Background: The growing incidence of photodamaging effects caused by UV radiation (e.g. sunburn, skin cancer) has increased the attention from health authorities which recommend the topical application of sunscreens to prevent these skin damages. The economic stakes for those companies involved in this international market are to develop new UV filters and innovative technologies to provide the most efficient, flexible and robust sunscreen products. Today the development of innovative and competitive sunscreen products is a complex formulation challenge. Indeed, the current sunscreens must protect against skin damages, while also being safe for the skin and being sensory and visually pleasant for the customers when applied on the skin. Organic UV filters, while proposing great advantages, also present the risk to penetrate the stratum corneum and diffuse into underlying structures with unknown consequences; moreover, their photo-stability are noted thorny outcomes in sunscreen development and subsequent performance. In recent years, the evaluation of the interaction between skin and sunscreen in terms of penetration after topical application has been considered from European authority but still its testing as their photo-stability assessment are not mandatory in most countries.

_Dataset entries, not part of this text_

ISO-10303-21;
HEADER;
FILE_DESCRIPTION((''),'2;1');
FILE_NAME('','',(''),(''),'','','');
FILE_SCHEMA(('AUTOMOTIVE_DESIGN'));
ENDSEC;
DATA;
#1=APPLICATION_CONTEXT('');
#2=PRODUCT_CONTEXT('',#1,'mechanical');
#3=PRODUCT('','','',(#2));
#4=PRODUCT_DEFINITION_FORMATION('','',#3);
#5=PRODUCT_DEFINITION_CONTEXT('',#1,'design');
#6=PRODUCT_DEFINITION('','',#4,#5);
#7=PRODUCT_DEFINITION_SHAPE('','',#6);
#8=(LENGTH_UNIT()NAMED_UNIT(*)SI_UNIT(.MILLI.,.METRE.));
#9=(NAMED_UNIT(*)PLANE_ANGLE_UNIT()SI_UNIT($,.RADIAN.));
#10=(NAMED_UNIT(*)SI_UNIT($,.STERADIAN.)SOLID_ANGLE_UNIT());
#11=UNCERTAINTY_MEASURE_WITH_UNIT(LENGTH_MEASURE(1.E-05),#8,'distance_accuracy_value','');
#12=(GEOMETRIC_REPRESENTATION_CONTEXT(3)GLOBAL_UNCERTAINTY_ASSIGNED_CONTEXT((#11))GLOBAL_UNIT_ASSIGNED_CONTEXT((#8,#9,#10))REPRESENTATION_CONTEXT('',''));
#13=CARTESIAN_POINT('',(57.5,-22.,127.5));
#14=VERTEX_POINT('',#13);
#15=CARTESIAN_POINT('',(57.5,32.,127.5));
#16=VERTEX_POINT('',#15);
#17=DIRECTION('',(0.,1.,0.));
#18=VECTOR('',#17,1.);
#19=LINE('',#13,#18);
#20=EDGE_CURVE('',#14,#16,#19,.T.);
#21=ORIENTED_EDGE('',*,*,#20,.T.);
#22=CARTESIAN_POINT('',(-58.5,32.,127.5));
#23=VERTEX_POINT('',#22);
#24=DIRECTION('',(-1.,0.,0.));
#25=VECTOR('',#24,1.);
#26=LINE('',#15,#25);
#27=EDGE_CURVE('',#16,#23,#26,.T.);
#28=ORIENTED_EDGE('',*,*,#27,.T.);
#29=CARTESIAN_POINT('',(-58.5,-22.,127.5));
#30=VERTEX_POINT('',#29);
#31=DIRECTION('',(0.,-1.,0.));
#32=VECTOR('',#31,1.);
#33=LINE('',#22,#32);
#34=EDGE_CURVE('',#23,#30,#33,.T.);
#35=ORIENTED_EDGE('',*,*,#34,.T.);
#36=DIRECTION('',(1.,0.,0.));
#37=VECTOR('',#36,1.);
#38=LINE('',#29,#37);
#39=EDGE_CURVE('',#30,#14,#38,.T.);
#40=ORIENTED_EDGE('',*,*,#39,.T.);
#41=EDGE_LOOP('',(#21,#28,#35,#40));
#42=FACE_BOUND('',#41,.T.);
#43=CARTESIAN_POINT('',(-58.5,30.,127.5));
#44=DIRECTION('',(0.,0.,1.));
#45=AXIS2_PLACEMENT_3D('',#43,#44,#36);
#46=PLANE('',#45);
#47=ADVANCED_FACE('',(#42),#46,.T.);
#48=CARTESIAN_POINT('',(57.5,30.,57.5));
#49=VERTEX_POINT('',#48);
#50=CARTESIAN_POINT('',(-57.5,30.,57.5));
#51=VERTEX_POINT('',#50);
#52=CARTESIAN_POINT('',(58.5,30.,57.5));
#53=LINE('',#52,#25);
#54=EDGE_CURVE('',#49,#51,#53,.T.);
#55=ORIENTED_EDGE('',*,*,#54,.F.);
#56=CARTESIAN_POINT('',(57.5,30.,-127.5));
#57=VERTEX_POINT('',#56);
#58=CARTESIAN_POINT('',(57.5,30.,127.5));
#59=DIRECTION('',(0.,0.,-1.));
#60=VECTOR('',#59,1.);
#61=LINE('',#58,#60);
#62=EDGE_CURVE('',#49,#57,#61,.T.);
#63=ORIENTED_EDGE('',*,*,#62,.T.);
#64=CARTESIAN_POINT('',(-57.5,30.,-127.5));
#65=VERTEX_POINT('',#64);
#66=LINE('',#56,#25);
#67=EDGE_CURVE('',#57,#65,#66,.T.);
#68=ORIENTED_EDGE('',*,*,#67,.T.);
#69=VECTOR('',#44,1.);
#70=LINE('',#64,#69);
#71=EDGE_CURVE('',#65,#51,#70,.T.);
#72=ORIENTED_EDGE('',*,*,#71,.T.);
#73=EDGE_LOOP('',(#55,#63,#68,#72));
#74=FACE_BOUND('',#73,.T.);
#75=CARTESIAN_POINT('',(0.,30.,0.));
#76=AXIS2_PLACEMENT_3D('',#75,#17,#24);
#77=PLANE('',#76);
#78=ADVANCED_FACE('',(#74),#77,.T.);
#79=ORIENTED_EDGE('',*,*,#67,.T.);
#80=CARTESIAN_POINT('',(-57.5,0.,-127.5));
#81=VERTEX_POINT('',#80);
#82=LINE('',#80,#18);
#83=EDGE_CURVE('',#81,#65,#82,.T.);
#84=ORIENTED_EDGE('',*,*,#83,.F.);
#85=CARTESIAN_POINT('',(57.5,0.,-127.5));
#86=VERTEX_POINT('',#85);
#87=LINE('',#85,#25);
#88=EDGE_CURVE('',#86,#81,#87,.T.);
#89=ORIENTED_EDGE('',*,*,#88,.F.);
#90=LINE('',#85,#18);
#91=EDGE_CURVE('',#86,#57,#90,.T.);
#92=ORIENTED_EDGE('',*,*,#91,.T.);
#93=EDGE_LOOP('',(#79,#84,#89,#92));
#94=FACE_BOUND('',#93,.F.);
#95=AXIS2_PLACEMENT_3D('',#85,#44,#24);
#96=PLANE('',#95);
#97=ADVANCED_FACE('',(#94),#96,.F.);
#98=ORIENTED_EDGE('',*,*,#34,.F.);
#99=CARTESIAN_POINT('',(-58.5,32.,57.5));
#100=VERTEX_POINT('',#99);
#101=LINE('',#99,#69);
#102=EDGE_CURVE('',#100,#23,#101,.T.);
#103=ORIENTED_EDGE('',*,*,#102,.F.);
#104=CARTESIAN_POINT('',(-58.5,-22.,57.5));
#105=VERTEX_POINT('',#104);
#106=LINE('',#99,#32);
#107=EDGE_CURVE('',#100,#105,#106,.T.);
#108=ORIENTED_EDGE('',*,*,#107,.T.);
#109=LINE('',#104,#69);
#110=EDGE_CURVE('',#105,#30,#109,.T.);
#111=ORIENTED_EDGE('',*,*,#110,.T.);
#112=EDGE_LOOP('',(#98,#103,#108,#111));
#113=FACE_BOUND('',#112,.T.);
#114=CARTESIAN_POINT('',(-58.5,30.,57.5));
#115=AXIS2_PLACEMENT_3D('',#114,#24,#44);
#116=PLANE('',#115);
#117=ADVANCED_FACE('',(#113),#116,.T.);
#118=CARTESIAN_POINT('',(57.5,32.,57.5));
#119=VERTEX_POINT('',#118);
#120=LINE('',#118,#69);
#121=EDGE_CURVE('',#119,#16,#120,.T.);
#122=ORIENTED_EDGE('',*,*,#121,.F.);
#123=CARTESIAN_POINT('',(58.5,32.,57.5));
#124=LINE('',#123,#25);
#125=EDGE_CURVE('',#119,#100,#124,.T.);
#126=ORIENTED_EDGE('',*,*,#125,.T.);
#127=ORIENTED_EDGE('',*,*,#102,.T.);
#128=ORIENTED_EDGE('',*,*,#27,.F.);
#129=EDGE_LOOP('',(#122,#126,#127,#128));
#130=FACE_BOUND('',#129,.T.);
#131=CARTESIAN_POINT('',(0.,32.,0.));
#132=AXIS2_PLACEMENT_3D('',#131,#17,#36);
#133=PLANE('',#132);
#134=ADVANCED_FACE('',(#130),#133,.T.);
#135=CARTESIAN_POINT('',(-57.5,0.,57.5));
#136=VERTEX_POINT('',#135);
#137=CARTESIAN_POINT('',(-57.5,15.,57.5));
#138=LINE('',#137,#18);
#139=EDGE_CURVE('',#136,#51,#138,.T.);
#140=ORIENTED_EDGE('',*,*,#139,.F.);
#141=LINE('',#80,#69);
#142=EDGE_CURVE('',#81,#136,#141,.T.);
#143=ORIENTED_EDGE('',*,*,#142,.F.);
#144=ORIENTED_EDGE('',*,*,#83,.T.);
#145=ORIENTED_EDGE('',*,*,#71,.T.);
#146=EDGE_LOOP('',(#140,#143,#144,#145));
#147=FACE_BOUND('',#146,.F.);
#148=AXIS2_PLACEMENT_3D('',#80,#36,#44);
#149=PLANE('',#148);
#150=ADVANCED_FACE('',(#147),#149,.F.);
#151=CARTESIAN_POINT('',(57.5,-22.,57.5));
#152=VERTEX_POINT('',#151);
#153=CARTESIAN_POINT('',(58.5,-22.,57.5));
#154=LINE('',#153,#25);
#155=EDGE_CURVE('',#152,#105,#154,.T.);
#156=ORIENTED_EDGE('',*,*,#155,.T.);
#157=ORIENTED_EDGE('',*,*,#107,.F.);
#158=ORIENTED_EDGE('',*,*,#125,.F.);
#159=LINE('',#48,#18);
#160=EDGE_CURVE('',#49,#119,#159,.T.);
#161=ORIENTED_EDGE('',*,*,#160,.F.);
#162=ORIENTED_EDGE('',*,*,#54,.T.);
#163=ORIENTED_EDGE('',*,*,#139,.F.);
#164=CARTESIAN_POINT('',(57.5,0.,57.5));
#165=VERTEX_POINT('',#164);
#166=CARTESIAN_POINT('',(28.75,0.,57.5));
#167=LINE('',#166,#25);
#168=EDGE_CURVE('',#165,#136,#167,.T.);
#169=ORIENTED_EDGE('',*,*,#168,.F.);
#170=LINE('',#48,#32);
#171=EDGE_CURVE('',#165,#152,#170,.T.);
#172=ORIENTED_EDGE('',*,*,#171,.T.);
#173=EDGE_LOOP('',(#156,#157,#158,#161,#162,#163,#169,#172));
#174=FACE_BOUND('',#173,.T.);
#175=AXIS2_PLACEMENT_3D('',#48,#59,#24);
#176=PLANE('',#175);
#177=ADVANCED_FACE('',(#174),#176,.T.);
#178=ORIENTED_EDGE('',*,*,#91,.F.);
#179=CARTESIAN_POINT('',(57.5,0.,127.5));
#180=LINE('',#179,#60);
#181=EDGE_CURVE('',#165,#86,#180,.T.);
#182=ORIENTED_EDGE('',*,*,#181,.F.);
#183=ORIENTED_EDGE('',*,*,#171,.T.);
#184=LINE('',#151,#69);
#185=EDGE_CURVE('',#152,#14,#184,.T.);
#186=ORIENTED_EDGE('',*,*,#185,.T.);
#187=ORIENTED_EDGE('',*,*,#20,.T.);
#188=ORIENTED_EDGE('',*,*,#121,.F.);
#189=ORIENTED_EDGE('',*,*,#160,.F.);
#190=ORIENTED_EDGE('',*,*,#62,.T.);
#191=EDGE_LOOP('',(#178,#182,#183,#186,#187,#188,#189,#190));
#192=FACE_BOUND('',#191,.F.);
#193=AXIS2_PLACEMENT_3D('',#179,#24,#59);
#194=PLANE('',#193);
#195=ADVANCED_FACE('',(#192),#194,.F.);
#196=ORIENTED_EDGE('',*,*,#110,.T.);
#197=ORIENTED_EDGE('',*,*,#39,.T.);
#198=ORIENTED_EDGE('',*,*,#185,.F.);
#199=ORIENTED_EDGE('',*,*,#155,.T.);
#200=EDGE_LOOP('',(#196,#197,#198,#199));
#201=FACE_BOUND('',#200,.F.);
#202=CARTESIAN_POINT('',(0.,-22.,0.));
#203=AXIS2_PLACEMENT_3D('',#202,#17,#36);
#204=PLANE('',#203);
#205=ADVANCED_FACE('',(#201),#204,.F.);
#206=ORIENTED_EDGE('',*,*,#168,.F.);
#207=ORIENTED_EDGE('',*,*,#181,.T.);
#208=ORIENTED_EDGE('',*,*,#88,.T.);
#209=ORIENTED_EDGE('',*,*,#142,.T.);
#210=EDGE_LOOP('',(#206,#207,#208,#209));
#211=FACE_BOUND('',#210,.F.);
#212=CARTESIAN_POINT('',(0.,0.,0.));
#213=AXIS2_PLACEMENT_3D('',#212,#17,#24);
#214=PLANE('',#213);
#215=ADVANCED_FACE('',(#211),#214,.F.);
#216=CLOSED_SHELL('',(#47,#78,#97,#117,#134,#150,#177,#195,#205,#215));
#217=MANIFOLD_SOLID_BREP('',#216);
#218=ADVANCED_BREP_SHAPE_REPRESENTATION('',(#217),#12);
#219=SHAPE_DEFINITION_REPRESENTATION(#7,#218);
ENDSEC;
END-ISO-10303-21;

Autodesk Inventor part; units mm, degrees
ref_plane "YZ Plane" through (0, 0, 0) normal (1, 0, 0) x (0, 1, 0)
ref_plane "XZ Plane" through (0, 0, 0) normal (0, 1, 0) x (-1, 0, 0)
ref_plane "XY Plane" through (0, 0, 0) normal (0, 0, 1) x (1, 0, 0)
sketch "Sketch1" plane through (0, 0, 0) normal (0, 1, 0) x (-1, 0, 0)
  line L0 (-57.5, -127.5) -> (57.5, -127.5)
  line L1 (57.5, -127.5) -> (57.5, 127.5)
  line L2 (57.5, 127.5) -> (-57.5, 127.5)
  line L3 (-57.5, 127.5) -> (-57.5, -127.5)
  line L4 (-57.5, -127.5) -> (57.5, 127.5) construction
  line L5 (57.5, -127.5) -> (-57.5, 127.5) construction
  point P0 (0, 0)
  dimension "d0" = 115
  dimension "d1" = 255
extrude "Extrusion1" add sketch "Sketch1" along normal blind 30
sketch "Sketch2" plane through (0, 30, 0) normal (0, 1, 0) x (1, 0, 0)
  line L0 (-57.5, -127.5) -> (57.5, -127.5) projected
  line L1 (58.5, -57.5) -> (-58.5, -57.5)
  line L2 (-58.5, -57.5) -> (-58.5, -127.5)
  line L3 (-58.5, -127.5) -> (58.5, -127.5)
  line L4 (58.5, -127.5) -> (58.5, -57.5)
  line L5 (58.5, -57.5) -> (-58.5, -127.5) construction
  line L6 (-58.5, -57.5) -> (58.5, -127.5) construction
  line L7 (57.5, -57.5) -> (57.5, -127.5)
  point P0 (0, 0)
  point P1 (0, -92.5)
  dimension "d4" = 35
  dimension "d5" = 117
extrude "Extrusion2" add sketch "Sketch2" along normal blind 2 contours L3 L2 L1 L7 L0
extrude "Extrusion3" add sketch "Sketch2" against normal blind 52 contours L3 L2 L1 L7 L0
properties part number "PSU"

Objective: This study, based on in-vitro approaches, was performed to evaluate and compare the retention and the penetration of organic UV filters in free or encapsulated form inside the skin as well as their respective photo-stability.
Methods: Sunscreen formulation with a combination of Avobenzone and Octocrylene in "free form" and a formulation using the same UV filters but encapsulated in a sol-gel silica capsule, were analyzed and compared by FTIR Imaging Spectroscopy. Tape stripping method was used to investigate the penetration of these UV filters inside the stratum corneum. Their photo-stabilities were evaluated by spectroscopic measurements (FTIR, UV/Vis) and standard measurements were calculated: AUC (Area Under the Curve) and SPF (Sun Protection Factor).
Result: With traditional formulation, the organic UV filters penetrated significantly into the stratum corneum while the same UV filters combined with encapsulation technology remained on the skin surface. The encapsulation technology also improved significantly their stability.
Conclusion: Encapsulation technology is a promising strategy to improve the efficacy of sunscreen product using organic UV filters and to reduce safety problem. On the other hand, this study highlighted the pertinence of the FTIR Spectroscopy to test, compare and investigate sunscreen formulations.
Keywords: Avobenzone; Encapsulated UV filter; FTIR imaging spectroscopy; Skin penetration; Sunscreen efficacy evaluation.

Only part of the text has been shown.